* Extracted records *
# # # #

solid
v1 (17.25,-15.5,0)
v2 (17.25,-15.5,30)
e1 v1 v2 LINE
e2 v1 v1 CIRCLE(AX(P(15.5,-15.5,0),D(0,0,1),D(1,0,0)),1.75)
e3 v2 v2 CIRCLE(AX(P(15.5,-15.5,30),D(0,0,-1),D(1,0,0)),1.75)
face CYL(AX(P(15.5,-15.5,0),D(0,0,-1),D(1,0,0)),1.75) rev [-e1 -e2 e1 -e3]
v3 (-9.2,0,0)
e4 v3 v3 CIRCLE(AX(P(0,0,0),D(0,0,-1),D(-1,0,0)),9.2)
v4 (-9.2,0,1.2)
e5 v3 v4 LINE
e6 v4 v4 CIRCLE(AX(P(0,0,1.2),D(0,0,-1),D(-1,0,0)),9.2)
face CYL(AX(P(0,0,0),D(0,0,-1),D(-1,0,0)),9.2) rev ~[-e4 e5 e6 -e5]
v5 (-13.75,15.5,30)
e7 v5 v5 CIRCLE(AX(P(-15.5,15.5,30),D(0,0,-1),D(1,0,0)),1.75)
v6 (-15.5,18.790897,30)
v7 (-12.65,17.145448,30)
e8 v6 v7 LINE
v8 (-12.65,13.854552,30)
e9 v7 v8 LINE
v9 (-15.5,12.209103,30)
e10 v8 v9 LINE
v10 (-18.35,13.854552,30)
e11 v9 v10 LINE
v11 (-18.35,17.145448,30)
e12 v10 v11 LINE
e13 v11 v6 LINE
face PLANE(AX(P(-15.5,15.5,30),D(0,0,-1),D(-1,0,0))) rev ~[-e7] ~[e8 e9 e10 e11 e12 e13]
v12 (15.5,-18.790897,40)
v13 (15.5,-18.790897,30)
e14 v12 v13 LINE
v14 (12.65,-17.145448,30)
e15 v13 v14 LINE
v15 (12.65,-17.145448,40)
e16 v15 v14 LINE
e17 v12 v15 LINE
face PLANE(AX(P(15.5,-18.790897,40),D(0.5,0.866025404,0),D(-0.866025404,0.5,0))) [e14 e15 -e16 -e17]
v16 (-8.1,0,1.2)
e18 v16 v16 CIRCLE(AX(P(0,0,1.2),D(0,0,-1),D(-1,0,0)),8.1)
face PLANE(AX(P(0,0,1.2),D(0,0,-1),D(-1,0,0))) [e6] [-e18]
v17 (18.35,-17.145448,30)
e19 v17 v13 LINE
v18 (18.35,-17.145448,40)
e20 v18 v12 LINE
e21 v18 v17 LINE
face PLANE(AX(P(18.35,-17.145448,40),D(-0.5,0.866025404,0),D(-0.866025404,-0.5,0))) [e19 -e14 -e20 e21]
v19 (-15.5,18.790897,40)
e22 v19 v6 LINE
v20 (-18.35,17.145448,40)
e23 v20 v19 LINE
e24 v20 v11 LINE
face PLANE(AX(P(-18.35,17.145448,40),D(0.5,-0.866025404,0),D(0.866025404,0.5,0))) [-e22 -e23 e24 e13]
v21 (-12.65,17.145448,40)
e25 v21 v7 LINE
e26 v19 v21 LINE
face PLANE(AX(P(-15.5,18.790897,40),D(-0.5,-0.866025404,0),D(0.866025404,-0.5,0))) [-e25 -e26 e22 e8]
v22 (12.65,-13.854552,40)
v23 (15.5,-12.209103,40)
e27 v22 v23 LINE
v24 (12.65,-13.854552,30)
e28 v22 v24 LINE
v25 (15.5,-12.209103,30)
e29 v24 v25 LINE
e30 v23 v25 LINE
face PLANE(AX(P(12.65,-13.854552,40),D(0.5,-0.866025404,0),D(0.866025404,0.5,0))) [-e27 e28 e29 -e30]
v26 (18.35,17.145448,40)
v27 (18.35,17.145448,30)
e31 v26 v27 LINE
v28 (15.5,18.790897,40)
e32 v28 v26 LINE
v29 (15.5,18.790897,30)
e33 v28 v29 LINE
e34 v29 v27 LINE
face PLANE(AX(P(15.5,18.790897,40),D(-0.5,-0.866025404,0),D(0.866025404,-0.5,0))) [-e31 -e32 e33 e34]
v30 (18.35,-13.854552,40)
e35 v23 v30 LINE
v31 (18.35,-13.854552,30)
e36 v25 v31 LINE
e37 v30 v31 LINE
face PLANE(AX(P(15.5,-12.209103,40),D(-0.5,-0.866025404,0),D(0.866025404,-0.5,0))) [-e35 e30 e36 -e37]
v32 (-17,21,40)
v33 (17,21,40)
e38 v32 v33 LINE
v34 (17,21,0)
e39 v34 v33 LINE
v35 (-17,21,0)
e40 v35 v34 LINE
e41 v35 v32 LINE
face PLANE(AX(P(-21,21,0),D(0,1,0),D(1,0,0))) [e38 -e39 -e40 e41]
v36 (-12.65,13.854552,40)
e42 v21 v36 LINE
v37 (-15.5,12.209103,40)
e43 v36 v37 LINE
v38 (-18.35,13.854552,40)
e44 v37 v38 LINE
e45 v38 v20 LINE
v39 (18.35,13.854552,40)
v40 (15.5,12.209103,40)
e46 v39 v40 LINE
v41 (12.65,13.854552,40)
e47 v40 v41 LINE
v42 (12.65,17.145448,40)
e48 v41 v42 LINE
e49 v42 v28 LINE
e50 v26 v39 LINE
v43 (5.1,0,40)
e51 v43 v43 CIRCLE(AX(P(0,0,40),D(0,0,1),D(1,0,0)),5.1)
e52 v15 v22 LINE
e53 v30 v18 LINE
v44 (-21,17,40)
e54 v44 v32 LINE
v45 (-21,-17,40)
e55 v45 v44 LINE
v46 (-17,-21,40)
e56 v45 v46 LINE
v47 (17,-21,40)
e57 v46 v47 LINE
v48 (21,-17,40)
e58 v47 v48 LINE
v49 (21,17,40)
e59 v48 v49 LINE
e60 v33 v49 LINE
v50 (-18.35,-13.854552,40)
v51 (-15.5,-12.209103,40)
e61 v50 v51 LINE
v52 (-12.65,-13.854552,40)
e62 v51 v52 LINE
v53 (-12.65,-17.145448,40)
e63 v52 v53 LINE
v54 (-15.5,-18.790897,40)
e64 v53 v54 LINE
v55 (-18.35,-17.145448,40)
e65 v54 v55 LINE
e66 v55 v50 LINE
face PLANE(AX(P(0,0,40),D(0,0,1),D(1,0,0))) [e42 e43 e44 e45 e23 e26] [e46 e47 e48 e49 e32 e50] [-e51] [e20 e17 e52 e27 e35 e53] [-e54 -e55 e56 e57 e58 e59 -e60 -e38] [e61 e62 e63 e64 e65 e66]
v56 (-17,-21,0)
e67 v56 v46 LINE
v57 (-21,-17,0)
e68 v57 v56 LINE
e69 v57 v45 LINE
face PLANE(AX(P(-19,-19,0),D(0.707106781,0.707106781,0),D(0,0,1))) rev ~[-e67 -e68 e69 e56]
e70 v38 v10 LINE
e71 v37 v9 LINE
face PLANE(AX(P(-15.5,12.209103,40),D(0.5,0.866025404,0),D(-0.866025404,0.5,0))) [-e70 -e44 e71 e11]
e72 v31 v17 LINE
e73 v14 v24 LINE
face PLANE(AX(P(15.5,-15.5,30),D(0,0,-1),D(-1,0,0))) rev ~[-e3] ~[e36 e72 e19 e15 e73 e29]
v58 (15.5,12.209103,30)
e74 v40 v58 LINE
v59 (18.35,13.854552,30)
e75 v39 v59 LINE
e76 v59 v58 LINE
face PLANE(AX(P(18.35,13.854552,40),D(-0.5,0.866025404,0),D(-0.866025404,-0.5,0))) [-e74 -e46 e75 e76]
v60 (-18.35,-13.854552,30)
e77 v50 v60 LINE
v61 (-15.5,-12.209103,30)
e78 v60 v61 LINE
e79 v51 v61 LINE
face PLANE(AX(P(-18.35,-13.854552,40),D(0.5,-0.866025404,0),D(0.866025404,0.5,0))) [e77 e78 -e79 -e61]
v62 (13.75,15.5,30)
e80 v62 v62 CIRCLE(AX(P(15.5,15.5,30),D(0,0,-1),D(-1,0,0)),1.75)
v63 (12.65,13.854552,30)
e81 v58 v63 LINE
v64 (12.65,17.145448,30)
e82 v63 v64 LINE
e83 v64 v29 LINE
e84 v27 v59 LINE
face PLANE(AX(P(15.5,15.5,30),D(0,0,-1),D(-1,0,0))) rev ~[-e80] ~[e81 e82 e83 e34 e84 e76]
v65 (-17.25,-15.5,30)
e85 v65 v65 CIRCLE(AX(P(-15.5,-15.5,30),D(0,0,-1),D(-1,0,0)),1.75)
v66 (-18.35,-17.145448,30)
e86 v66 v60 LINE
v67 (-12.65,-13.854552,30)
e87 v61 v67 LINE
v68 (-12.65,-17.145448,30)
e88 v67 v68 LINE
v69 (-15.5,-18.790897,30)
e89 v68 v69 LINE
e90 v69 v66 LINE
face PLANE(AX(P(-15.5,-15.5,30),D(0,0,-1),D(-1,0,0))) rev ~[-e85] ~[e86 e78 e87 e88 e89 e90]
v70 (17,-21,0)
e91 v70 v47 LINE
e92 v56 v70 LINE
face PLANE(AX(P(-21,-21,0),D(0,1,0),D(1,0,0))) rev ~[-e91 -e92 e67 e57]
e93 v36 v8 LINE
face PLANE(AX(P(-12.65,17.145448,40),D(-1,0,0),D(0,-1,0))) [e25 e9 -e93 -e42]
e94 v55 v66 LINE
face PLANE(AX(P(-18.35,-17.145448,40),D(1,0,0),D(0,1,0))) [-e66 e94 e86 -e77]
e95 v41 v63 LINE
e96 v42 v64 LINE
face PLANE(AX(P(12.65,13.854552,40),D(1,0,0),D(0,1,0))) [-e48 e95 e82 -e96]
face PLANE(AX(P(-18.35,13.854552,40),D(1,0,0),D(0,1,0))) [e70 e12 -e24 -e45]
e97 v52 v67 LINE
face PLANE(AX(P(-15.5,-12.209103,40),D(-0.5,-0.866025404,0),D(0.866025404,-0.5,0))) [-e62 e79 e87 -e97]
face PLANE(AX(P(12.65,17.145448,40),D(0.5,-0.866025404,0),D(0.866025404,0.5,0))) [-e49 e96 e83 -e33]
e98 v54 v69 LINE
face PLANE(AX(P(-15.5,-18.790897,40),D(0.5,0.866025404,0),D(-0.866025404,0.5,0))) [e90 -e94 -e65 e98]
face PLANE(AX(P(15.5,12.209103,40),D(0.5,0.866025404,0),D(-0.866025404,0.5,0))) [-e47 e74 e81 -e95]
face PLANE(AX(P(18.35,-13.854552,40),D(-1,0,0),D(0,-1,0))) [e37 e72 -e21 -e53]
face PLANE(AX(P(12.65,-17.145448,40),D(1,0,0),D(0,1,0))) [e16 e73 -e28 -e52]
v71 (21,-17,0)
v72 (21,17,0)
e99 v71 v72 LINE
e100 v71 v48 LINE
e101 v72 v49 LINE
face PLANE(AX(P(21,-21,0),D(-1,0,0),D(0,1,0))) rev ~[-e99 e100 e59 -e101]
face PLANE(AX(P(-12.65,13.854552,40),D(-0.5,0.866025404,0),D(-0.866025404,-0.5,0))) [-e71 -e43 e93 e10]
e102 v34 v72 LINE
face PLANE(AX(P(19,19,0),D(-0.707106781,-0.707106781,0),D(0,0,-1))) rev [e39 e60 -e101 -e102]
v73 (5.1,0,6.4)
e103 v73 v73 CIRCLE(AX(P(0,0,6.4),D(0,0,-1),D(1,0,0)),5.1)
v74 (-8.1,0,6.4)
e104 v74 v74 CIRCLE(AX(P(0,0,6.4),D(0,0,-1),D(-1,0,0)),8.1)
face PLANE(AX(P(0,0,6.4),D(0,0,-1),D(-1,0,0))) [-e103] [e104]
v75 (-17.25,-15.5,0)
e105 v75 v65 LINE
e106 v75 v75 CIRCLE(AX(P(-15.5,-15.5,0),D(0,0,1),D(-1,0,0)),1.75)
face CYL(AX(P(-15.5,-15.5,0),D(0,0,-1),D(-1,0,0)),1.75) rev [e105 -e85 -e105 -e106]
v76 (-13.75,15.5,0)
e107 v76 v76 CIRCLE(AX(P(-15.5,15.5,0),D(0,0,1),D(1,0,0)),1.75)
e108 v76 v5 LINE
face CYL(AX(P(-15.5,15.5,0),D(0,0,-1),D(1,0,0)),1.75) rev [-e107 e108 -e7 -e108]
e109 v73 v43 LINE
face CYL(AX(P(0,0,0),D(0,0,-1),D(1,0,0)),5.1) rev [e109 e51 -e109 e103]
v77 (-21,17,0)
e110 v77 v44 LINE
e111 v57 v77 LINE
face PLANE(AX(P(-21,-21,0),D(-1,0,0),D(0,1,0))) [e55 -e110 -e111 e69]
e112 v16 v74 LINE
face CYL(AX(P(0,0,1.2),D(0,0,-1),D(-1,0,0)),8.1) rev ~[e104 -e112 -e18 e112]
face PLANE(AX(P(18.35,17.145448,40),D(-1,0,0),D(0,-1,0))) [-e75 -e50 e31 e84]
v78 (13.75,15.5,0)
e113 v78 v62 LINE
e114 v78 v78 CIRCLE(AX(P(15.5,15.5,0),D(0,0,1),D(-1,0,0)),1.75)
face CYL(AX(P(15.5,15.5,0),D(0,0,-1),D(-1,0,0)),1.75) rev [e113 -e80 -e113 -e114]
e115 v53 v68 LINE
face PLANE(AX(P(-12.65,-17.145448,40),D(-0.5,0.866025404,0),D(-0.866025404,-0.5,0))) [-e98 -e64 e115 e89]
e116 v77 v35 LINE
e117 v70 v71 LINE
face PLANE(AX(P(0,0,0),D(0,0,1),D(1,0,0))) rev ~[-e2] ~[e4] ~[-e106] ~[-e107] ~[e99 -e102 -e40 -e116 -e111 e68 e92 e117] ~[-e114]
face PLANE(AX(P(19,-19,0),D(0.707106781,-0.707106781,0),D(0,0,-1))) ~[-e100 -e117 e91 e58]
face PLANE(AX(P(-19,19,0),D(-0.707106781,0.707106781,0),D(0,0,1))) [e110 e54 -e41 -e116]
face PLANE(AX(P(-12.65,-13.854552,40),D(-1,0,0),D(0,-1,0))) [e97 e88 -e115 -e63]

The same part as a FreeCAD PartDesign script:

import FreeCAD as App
import Part
import Sketcher

V = App.Vector
Q = App.Units.Quantity


def edges_at(feature, points):
    """Names of the edges that pass closest to the given points."""
    edges = feature.Shape.Edges
    near = lambda p: min(range(len(edges)), key=lambda i: edges[i].distToShape(Part.Vertex(*p))[0])
    return sorted({f"Edge{near(p) + 1}" for p in points})


def add_polygon(sketch, points):
    """Adds a closed chain of lines whose ends are joined by coincident constraints."""
    first, n = sketch.GeometryCount, len(points)
    for a, b in zip(points, points[1:] + points[:1]):
        sketch.addGeometry(Part.LineSegment(App.Vector(*a, 0), App.Vector(*b, 0)), False)
    for i in range(n):
        sketch.addConstraint(Sketcher.Constraint("Coincident", first + i, 2, first + (i + 1) % n, 1))

doc = App.newDocument("Part")
body = doc.addObject("PartDesign::Body", "Body")

# Sketch on XY plane
sketch1 = body.newObject("Sketcher::SketchObject", "Sketch")
sketch1.AttachmentSupport = (doc.getObject("XY_Plane"), [""])
sketch1.MapMode = "FlatFace"
add_polygon(sketch1, [(-21, 21), (-21, -21), (21, -21), (21, 21)])  # lines 0-3
sketch1.addGeometry(Part.Circle(V(-15.5, -15.5, 0), V(0, 0, 1), 1.8), False)  # 4
sketch1.addGeometry(Part.Circle(V(15.5, -15.5, 0), V(0, 0, 1), 1.8), False)  # 5
sketch1.addGeometry(Part.Circle(V(-15.5, 15.5, 0), V(0, 0, 1), 1.8), False)  # 6
sketch1.addGeometry(Part.Circle(V(0, 0, 0), V(0, 0, 1), 5.1), False)  # 7
sketch1.addGeometry(Part.Circle(V(15.5, 15.5, 0), V(0, 0, 1), 1.8), False)  # 8
sketch1.addConstraint([
    Sketcher.Constraint("Vertical", 0),
    Sketcher.Constraint("Horizontal", 1),
    Sketcher.Constraint("Vertical", 2),
    Sketcher.Constraint("Horizontal", 3),
    Sketcher.Constraint("Coincident", 7, 3, -1, 1),
    Sketcher.Constraint("Equal", 4, 5),
    Sketcher.Constraint("Equal", 5, 6),
    Sketcher.Constraint("Equal", 6, 8),
    Sketcher.Constraint("Symmetric", 5, 3, 6, 3, -1, 1),
    Sketcher.Constraint("Symmetric", 4, 3, 8, 3, -1, 1),
    Sketcher.Constraint("Symmetric", 0, 2, 2, 2, -1, 1),
    Sketcher.Constraint("Symmetric", 4, 3, 5, 3, -2),
    Sketcher.Constraint("Equal", 3, 0),
    Sketcher.Constraint("Diameter", 4, 3.5),
    Sketcher.Constraint("Diameter", 7, 10.2),
    Sketcher.Constraint("DistanceX", 1, 1, 1, 2, 42.0),
    Sketcher.Constraint("DistanceX", 4, 3, 5, 3, 31.0),
    Sketcher.Constraint("DistanceY", 4, 3, 6, 3, 31.0),
])
pad1 = body.newObject("PartDesign::Pad", "Pad")
pad1.Profile = sketch1
pad1.Length = 40
doc.recompute()

chamfer = body.newObject("PartDesign::Chamfer", "Chamfer")
chamfer.Base = (pad1, edges_at(pad1, [
    (-21, 21, 20),
    (21, 21, 20),
    (21, -21, 20),
    (-21, -21, 20),
]))
chamfer.Size = 4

# # # #

* Your goal *
Print the lines above from the one with "v19 (-15.5,18.790897,40)" through the one with "e29 v24 v25 LINE", both included, exactly as written and nothing more.

* Answer to the problem *
v19 (-15.5,18.790897,40)
e22 v19 v6 LINE
v20 (-18.35,17.145448,40)
e23 v20 v19 LINE
e24 v20 v11 LINE
face PLANE(AX(P(-18.35,17.145448,40),D(0.5,-0.866025404,0),D(0.866025404,0.5,0))) [-e22 -e23 e24 e13]
v21 (-12.65,17.145448,40)
e25 v21 v7 LINE
e26 v19 v21 LINE
face PLANE(AX(P(-15.5,18.790897,40),D(-0.5,-0.866025404,0),D(0.866025404,-0.5,0))) [-e25 -e26 e22 e8]
v22 (12.65,-13.854552,40)
v23 (15.5,-12.209103,40)
e27 v22 v23 LINE
v24 (12.65,-13.854552,30)
e28 v22 v24 LINE
v25 (15.5,-12.209103,30)
e29 v24 v25 LINE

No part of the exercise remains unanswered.